PRODUCTIVITY – Creatively Scheduling Observation Patients to Smooth Out the Peaks and Valleys in Your Practice

COVID-19 has disrupted all of our practices. There were weeks (or possibly months) in which New Patients, Observation patients and Starts were curtailed.  And now we’re trying to establish a new practice equilibrium by rethinking “how we’ve always done things”.

This year, we’ve played catch up, rescheduling Observation and New Patients in an effort to provide a needed infusion to our production.  But unless we were careful, we may have created an Observation bubble 6-12 months from now as they return for reevaluation. As a result, that steady flow of Observation patients leading to Starts may cause high demand and low demand months next year.

For some us in the past, the fall months came as a blessed relief from the summer rush of patients dying to start treatment.  For others, it was depressing time.  New patients seem to dry up and we began to worry that it was OUR practice that was dying.

For many years, I rode this roller coaster too.

To make matters worse, nearly half of our starts at the time were coming from the observation pool.  And since we weren’t managing that well, they too peaked in the summer, doubling the pressure on the summer schedule.

I wondered; wouldn’t it be nice if we could have a steady stream of Starts all year long?  If we could figure this out, gone would be the summers with too many patients and other months with too few.  There had to be a better way!

After dealing with this problem for several years, I had had enough!  So, my Treatment Coordinator and I met and decided on two objectives for this new “system”.

We wanted:

  1. To even out her schedule by having the same number of Observation patients each month, and
  2. To even out our Starts by filling our “down” months with observation patients who were ready for treatment.

The New Observation System

Here’s what we came up with:

In general, we scheduled observations patient out anywhere from 6 - 12 months depending on their dental development

6 months – for those with special concerns (ectopic canines, delayed loss of a primary, etc.) or for patients who were close to being ready.

9 months – for those on routine recall – not too long that they lost touch with the office and not so short as to appear as if we were “watching the grass grow”.

12 months – for the quiescent period in the middle-mixed dentition (1.5-2.0 years duration) in which no primary teeth were exfoliating.

  1. We created two types of observation appointments. We called them “OBS” and “OBS-READY”. Any observation patient who looked as if they’d be ready for treatment at the next visit would be scheduled for an “OBS-READY” and would appear on the day sheet as such.  That way we could be prepared to take records that day after discussing them in the morning huddle.

  2. Looking at our past practice history, we identified those months in which Starts were “down”. Depending on the stage of your practice, that may be September, December and April/May.  (A little tip – bring the late spring OBS-READY patients back in April not May.  Otherwise, the parents will say, “Let’s just wait till summer”.)

  3. At the beginning of each month, the Treatment Coordinator would print the number of Observations due or scheduled for the coming 12 months. We then identified which of the “normal” months had too many or too few Observation patients.  (At the time, we were managing 85-90 recall patients per month and they were bunching up on some months.  Parents were complaining that we didn’t have any appointment slots available when “Dr. Steedle wanted to see her”.)

  4. During the month, we would:
  • Intentionally recall our “OBS-READY” patients one month prior to our pre-determined “down” Starts months. That would sometimes mean that I would suggest an “odd” recall schedule like, “He’ll be ready in about 7 months, so let’s bring him back in April.”

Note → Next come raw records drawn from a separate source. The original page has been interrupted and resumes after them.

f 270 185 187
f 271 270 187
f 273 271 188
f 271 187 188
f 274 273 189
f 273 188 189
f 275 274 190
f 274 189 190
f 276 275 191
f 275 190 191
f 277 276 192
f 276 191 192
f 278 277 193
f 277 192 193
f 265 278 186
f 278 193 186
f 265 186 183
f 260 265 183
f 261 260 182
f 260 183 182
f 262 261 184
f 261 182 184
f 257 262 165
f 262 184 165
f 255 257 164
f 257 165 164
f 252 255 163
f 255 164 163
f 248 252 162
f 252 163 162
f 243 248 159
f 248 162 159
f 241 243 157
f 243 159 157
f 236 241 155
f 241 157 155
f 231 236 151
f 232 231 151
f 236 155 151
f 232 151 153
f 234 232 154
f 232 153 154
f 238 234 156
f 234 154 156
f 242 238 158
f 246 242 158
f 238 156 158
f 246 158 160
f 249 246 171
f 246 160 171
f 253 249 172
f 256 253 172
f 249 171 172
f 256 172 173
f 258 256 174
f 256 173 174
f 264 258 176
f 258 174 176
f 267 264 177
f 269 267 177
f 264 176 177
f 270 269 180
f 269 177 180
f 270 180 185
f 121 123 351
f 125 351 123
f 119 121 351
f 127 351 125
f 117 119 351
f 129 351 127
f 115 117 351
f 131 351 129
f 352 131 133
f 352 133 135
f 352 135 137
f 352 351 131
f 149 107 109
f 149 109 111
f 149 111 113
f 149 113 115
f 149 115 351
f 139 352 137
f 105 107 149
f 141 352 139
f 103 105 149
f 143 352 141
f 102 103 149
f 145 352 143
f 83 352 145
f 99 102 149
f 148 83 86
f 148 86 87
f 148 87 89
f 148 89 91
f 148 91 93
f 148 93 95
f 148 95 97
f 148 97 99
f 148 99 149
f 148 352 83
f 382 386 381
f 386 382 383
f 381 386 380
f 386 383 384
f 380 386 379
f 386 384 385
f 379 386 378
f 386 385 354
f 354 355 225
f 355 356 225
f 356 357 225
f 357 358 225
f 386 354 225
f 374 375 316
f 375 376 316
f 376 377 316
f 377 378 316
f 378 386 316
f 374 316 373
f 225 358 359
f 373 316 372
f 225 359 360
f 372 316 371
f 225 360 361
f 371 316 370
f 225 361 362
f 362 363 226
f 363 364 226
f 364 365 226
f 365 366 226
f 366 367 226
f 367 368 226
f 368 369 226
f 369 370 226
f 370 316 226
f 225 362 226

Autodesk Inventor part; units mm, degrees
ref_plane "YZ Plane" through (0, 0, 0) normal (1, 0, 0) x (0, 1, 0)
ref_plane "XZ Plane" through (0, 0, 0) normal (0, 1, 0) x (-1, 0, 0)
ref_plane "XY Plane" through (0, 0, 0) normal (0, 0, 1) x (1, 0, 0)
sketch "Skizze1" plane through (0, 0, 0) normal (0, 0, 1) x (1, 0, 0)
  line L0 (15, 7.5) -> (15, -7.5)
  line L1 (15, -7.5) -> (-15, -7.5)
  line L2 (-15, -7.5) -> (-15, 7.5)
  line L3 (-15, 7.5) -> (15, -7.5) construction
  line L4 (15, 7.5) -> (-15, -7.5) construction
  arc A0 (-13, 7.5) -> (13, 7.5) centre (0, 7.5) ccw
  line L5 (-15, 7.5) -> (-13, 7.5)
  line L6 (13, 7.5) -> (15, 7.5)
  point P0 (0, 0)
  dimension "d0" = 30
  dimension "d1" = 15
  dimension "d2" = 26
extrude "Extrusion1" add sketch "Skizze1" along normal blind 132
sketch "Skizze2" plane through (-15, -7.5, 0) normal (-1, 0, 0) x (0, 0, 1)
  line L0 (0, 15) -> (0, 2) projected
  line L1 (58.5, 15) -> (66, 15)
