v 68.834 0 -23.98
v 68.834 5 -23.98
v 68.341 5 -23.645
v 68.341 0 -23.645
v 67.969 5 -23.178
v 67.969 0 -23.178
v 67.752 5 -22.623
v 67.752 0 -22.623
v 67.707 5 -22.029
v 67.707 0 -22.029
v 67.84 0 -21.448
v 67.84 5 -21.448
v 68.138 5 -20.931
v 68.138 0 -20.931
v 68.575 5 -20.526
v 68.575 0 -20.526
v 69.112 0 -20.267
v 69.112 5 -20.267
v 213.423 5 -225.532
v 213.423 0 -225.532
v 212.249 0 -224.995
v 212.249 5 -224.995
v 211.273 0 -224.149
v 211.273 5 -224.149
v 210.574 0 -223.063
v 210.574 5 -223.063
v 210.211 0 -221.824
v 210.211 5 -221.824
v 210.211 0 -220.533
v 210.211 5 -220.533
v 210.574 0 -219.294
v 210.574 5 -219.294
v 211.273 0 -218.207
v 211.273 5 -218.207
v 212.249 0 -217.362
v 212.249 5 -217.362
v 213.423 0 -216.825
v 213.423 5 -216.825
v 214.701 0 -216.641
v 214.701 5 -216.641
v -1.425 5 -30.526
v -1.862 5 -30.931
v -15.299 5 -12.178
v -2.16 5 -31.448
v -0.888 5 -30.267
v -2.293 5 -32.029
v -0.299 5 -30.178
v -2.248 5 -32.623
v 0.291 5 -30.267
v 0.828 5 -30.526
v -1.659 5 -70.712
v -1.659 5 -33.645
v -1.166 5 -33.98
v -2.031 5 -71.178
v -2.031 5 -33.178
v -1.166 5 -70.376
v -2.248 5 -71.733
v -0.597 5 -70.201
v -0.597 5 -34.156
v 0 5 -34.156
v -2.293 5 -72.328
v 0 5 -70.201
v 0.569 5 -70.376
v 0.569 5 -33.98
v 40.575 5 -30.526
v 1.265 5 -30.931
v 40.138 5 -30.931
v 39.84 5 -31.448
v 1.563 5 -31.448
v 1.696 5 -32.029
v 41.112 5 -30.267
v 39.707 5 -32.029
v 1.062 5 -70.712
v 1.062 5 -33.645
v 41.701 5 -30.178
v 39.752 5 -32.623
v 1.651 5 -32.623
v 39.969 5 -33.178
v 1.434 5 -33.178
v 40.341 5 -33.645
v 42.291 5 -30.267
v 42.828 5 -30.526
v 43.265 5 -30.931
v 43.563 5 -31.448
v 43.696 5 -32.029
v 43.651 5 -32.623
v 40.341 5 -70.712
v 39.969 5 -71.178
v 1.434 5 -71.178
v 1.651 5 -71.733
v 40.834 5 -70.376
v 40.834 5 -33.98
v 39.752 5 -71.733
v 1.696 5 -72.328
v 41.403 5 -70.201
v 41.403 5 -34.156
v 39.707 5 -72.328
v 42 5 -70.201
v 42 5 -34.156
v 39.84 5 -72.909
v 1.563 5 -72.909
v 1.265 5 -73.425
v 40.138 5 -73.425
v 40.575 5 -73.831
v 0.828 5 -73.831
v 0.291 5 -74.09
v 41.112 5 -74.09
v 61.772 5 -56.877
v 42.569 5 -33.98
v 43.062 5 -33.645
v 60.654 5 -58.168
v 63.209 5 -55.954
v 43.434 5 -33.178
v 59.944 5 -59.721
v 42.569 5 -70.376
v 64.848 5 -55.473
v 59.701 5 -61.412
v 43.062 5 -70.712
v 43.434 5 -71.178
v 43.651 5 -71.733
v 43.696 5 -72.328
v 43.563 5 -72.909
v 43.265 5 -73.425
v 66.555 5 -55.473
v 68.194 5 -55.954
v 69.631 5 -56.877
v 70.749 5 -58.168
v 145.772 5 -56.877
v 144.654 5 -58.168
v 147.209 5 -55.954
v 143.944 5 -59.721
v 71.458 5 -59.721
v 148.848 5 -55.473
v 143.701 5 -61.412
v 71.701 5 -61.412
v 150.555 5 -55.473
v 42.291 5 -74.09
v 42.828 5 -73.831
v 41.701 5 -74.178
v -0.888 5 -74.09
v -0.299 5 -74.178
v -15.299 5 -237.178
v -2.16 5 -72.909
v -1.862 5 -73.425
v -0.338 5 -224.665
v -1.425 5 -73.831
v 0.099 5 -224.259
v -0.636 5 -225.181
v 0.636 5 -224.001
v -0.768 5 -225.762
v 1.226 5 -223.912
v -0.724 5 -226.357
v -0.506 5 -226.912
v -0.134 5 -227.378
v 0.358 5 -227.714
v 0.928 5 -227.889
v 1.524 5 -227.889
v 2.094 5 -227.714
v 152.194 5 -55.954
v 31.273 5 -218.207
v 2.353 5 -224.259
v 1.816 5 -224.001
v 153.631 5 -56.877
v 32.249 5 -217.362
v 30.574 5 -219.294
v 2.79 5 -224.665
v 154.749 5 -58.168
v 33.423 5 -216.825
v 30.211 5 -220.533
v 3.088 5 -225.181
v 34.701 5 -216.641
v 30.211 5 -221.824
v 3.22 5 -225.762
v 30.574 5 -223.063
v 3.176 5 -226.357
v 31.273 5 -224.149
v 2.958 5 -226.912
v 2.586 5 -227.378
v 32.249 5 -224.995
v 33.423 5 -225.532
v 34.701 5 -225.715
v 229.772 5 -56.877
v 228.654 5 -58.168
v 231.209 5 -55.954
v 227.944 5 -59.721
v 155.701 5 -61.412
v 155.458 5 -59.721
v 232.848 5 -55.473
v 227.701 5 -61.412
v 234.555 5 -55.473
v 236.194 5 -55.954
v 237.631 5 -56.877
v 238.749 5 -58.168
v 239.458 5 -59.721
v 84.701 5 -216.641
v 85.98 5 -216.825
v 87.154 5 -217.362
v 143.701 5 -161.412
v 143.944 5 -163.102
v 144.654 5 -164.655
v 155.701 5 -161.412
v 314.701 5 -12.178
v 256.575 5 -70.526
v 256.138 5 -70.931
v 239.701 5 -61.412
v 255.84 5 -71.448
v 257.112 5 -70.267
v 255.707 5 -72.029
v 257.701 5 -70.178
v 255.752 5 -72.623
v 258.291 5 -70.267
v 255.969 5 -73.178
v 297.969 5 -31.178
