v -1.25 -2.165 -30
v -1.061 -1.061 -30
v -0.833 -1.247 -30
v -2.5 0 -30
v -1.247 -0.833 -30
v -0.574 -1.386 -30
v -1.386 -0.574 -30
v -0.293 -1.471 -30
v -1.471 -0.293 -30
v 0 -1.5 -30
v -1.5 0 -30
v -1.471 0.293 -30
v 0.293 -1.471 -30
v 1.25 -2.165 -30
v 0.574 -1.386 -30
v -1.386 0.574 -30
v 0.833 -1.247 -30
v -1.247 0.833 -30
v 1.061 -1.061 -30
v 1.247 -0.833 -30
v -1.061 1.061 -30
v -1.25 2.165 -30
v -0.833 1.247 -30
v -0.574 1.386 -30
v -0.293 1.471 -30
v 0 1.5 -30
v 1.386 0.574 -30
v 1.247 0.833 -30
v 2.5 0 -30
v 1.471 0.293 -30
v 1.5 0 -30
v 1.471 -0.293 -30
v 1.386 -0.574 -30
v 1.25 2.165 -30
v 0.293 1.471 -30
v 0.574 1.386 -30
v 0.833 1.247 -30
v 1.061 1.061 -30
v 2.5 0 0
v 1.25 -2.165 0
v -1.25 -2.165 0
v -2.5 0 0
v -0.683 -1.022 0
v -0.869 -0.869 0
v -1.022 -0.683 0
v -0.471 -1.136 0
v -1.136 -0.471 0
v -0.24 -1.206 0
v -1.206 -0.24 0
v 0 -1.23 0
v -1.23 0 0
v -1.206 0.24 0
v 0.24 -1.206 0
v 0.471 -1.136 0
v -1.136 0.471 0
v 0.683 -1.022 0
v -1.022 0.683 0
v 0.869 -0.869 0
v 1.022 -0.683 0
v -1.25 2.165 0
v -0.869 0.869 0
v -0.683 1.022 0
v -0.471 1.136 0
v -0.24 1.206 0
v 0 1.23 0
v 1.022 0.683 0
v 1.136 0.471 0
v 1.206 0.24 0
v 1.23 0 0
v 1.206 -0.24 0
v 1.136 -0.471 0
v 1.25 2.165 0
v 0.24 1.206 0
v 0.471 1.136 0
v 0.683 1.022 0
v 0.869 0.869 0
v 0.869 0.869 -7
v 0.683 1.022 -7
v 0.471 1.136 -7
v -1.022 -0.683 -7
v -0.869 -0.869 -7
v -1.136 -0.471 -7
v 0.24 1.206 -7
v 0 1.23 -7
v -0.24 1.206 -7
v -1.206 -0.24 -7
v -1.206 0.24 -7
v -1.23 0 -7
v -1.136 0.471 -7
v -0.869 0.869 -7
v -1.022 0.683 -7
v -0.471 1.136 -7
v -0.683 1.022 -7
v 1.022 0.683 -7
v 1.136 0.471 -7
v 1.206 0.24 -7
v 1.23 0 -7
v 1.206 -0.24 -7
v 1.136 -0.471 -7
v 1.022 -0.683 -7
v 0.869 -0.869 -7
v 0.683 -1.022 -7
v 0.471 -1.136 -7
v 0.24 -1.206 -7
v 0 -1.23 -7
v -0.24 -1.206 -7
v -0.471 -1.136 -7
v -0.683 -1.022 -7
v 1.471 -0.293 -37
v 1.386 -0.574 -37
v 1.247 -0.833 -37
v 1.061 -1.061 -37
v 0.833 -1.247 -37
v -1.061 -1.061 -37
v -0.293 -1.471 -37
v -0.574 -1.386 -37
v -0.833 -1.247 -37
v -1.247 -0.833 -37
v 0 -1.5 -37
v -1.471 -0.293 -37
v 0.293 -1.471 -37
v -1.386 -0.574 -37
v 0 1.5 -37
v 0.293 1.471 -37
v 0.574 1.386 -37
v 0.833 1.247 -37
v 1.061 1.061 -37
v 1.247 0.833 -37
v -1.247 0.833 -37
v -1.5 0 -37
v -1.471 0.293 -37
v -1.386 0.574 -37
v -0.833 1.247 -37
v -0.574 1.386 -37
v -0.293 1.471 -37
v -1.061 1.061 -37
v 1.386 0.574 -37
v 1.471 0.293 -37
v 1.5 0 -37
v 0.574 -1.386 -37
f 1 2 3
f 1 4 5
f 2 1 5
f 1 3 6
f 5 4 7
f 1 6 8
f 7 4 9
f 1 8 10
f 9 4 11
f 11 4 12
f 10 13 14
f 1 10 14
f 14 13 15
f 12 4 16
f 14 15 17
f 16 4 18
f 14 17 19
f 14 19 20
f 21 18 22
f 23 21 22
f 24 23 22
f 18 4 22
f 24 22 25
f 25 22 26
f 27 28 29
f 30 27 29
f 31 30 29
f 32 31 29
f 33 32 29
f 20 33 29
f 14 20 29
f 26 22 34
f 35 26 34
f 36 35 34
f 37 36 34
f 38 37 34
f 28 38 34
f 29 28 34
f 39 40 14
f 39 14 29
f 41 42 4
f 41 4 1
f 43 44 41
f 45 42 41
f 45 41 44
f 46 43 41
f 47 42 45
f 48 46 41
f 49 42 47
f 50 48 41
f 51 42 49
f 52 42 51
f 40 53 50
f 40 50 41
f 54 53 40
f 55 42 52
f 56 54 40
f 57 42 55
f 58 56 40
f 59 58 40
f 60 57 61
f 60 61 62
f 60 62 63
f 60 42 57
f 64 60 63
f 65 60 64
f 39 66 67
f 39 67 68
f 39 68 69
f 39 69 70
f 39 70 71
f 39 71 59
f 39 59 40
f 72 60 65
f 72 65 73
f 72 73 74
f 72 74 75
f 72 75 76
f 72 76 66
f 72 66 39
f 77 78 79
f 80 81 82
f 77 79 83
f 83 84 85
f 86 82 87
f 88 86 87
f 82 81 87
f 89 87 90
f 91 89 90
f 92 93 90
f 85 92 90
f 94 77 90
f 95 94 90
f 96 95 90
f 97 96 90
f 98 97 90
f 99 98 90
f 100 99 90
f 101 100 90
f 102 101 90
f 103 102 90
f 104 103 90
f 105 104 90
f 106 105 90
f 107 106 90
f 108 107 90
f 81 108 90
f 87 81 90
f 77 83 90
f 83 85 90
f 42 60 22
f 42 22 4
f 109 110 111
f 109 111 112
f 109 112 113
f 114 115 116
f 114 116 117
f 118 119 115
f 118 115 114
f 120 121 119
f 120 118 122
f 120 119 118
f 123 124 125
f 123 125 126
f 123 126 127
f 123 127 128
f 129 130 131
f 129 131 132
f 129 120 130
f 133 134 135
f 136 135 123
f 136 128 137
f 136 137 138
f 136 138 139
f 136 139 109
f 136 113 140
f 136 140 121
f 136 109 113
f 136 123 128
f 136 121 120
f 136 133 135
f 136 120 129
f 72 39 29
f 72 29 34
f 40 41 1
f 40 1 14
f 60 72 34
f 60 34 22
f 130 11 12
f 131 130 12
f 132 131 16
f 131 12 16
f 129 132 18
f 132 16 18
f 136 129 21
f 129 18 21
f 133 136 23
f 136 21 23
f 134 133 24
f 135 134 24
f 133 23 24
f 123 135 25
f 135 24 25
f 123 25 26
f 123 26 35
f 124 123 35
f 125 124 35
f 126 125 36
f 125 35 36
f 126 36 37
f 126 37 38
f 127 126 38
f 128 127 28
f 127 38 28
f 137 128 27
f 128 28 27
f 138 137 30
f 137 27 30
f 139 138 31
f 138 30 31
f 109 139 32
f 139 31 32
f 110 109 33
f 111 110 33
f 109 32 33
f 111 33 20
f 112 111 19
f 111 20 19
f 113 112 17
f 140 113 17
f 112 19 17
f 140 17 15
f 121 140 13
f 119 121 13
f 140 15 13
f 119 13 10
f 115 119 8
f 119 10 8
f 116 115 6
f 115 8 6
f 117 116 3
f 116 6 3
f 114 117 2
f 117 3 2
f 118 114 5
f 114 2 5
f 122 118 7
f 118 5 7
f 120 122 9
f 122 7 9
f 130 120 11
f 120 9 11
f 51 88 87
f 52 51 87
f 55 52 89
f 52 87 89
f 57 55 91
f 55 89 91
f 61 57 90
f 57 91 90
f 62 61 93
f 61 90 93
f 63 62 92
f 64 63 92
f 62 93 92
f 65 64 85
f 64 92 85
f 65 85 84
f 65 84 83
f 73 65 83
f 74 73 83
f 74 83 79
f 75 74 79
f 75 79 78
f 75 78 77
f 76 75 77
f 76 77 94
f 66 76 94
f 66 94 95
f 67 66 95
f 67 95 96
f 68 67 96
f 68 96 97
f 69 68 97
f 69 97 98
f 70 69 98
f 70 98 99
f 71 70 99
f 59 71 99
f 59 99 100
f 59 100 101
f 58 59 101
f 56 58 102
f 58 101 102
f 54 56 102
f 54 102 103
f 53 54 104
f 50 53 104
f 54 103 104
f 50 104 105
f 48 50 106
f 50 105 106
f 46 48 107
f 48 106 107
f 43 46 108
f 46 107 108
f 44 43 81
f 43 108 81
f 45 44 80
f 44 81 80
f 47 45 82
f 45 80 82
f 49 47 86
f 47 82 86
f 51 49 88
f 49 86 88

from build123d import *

# Parameters (mm, degrees)
ESTRUSIONE_ESTRUSIONE1_DEPTH = 30
SCHIZZO2_R                   = 1.5
ESTRUSIONE_ESTRUSIONE2_DEPTH = 7
FORO1_D                      = 2.459
FORO1_DEPTH                  = 7


with BuildPart() as part:
    # Schizzo1 → Estrusione-Estrusione1 (new body)
    with BuildSketch(Plane.XY):
        Polygon((1.25, -2.165063509), (2.5, 0), (1.25, 2.165063509), (-1.25, 2.165063509), (-2.5, 0), (-1.25, -2.165063509), align=None)
    extrude(amount=-ESTRUSIONE_ESTRUSIONE1_DEPTH)

    # Schizzo2 → Estrusione-Estrusione2 (add)
    with BuildSketch(Plane(origin=(0, 0, -30), x_dir=(-1, 0, 0), z_dir=(0, 0, -1))):
        Circle(SCHIZZO2_R)
    extrude(amount=ESTRUSIONE_ESTRUSIONE2_DEPTH)

    # Foro1
    with Locations(Plane.XY):
        with Locations((0, 0)):
            Hole(FORO1_D / 2, depth=FORO1_DEPTH)


solid = part.part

  • Schedule the “OBS” patients to even out the number of patients for the “normal” and summer months

It took about one year for the system to “kick in”, but it worked.  As things smoothed out, we were able to maintain a fairly stable flow of patient Starts throughout the year and a consistent monthly schedule for the Treatment Coordinator. 

A Way to Implement the System

This fall and winter, you can apply the same system to 2021. 

  1. Start by printing the number of Observations due or scheduled for the coming 12 months.

  2. Create two types of recall appointments: OBS & OBS-READY (If you schedule Observations in the bay, you may wish to consider scheduling OBS-READY in the TC room)

  3. Change your “routine” way of scheduling Observation appointments to even out the schedule by assigning them to months to eliminate any Observation bubble next year.

  4. On the first day of each month, ask the TC to repeat the process.

  5. This fall & winter concentrate the OBS-READY to March or April to increase the Starts prior to the summer rush.

Once I implemented this system, I discovered that I could finally sleep a whole lot better during EVERY month of the year, knowing that I had smoothed out the peaks and valleys in my practice.  Hopefully, you can do the same and avoid some of the “unintended consequences” of the COVID-19 disruption.